Below are some entries. Repeat exactly the lines from the one with "v 31.425 -0.148 4.762" through the one with "v 33.985 -1.893 4.762", and only those.

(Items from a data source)
·····

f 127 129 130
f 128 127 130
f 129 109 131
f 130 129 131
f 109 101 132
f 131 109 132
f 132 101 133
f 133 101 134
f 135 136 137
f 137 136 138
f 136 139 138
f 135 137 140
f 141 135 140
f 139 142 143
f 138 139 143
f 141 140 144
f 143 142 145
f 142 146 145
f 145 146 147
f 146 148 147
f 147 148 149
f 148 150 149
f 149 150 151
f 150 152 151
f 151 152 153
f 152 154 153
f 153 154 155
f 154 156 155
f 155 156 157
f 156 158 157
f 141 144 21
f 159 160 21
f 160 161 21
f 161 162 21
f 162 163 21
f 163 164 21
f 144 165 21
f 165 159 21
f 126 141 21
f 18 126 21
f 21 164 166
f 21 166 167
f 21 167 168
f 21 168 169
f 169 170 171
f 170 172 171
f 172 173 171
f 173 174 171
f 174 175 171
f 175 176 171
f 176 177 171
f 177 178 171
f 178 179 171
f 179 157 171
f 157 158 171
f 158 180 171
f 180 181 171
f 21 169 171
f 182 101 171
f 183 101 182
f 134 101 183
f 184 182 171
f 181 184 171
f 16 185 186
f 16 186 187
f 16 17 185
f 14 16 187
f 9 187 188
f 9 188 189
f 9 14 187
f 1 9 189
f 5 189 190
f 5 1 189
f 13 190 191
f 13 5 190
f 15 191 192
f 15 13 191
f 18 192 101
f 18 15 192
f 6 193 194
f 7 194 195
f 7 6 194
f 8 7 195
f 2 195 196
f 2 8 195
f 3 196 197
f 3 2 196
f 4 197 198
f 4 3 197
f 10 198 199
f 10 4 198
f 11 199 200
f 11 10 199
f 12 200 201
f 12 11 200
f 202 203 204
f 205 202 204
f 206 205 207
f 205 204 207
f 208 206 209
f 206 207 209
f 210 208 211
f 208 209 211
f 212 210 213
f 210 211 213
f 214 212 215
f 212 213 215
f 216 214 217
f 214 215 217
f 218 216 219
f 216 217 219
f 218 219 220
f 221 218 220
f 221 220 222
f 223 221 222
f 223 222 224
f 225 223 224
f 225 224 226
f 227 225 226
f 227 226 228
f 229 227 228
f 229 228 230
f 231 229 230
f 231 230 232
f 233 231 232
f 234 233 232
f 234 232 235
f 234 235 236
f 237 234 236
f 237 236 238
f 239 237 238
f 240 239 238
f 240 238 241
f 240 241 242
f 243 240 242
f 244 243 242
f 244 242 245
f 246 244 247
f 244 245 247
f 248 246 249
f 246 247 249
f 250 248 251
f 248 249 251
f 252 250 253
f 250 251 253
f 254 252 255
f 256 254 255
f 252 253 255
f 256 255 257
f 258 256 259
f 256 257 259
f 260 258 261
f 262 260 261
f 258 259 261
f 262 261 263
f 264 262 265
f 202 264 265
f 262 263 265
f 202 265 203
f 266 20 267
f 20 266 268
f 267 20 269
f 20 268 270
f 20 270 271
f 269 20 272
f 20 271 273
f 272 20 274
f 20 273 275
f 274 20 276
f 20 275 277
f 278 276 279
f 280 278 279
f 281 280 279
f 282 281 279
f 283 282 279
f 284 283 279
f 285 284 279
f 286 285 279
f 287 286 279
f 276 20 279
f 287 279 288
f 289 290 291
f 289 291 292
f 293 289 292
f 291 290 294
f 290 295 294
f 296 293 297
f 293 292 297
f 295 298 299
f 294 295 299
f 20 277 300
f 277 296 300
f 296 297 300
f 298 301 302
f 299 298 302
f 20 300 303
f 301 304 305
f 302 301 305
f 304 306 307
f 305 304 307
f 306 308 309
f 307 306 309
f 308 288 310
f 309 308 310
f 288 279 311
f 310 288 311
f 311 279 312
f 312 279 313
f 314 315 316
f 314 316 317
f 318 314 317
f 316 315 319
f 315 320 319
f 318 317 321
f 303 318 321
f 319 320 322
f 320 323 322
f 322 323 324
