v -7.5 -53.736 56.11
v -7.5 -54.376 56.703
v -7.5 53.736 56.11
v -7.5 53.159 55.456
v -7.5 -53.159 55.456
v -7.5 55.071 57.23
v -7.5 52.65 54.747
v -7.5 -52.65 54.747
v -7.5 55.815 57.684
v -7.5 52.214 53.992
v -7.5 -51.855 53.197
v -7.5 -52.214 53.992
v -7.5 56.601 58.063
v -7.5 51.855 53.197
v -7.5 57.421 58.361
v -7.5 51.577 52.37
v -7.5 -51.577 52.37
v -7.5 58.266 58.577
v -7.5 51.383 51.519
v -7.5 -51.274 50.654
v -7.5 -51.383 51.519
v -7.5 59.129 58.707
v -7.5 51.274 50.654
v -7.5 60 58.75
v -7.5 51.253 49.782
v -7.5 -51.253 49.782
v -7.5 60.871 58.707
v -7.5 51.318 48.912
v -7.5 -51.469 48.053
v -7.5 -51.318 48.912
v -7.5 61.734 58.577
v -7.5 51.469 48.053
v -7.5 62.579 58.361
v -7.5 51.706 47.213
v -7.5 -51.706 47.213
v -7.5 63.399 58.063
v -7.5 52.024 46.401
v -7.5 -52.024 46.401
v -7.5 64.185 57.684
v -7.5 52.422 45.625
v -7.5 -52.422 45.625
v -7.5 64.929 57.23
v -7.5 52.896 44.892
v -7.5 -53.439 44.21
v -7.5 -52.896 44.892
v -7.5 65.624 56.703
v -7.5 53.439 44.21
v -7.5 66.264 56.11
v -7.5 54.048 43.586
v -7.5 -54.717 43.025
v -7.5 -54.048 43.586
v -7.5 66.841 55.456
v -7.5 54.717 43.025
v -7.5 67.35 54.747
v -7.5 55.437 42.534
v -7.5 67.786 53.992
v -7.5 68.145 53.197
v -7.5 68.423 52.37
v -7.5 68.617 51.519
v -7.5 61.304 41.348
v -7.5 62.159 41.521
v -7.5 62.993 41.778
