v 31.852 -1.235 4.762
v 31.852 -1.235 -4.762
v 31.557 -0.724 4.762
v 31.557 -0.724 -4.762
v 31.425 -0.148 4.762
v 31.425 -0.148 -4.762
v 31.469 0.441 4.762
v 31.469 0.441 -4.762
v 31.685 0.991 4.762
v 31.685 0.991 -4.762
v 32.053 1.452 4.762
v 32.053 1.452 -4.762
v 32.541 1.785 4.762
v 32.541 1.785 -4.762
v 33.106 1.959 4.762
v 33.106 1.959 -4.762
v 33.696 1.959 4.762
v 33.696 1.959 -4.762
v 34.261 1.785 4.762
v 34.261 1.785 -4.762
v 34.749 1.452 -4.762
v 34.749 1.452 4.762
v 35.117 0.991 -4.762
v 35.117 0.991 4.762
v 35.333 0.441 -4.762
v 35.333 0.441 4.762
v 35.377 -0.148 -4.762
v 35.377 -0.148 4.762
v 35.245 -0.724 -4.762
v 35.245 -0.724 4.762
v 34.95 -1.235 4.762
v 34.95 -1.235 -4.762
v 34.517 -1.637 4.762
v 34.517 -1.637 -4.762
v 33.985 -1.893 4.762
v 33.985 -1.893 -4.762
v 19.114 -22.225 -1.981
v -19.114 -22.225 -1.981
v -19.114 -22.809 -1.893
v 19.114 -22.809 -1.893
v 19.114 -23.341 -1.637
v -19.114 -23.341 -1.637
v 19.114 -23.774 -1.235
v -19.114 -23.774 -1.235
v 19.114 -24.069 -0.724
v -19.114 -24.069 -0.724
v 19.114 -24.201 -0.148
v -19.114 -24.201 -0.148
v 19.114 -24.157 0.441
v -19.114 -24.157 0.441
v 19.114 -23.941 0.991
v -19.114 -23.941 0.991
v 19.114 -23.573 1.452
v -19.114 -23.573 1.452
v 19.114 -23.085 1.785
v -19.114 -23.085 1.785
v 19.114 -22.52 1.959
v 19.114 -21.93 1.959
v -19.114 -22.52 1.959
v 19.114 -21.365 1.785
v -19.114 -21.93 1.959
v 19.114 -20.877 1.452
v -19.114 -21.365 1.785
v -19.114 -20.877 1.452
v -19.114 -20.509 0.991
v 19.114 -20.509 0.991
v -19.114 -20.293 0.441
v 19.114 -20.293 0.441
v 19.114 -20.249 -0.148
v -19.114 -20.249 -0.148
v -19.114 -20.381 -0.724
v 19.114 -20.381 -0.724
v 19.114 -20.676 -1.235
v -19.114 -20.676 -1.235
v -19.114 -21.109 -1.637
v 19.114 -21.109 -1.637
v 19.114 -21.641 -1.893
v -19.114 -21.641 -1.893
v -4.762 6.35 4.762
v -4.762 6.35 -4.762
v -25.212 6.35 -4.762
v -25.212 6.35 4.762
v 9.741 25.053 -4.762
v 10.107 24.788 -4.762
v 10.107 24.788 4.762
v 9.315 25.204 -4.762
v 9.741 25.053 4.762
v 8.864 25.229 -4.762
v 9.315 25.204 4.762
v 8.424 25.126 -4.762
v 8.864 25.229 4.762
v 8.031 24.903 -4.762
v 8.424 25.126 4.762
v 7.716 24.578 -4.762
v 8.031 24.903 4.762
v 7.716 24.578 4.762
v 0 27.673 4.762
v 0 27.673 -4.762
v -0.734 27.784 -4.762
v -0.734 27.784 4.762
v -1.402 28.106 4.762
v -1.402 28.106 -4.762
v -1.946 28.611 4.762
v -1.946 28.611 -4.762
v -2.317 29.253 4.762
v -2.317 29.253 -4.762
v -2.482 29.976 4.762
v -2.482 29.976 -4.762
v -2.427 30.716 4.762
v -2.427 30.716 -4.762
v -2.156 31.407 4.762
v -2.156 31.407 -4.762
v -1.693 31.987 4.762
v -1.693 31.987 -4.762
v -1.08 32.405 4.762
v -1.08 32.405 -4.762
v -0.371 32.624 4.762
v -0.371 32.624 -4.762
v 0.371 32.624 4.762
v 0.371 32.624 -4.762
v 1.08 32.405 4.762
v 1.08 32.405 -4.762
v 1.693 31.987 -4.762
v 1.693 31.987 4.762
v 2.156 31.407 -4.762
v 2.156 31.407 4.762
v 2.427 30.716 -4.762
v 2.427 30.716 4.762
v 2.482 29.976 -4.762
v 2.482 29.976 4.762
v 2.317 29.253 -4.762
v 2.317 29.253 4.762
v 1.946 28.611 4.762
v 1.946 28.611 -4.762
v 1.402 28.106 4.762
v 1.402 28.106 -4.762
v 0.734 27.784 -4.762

·····

__Output for this task__:
v 31.425 -0.148 4.762
v 31.425 -0.148 -4.762
v 31.469 0.441 4.762
v 31.469 0.441 -4.762
v 31.685 0.991 4.762
v 31.685 0.991 -4.762
v 32.053 1.452 4.762
v 32.053 1.452 -4.762
v 32.541 1.785 4.762
v 32.541 1.785 -4.762
v 33.106 1.959 4.762
v 33.106 1.959 -4.762
v 33.696 1.959 4.762
v 33.696 1.959 -4.762
v 34.261 1.785 4.762
v 34.261 1.785 -4.762
v 34.749 1.452 -4.762
v 34.749 1.452 4.762
v 35.117 0.991 -4.762
v 35.117 0.991 4.762
v 35.333 0.441 -4.762
v 35.333 0.441 4.762
v 35.377 -0.148 -4.762
v 35.377 -0.148 4.762
v 35.245 -0.724 -4.762
v 35.245 -0.724 4.762
v 34.95 -1.235 4.762
v 34.95 -1.235 -4.762
v 34.517 -1.637 4.762
v 34.517 -1.637 -4.762
v 33.985 -1.893 4.762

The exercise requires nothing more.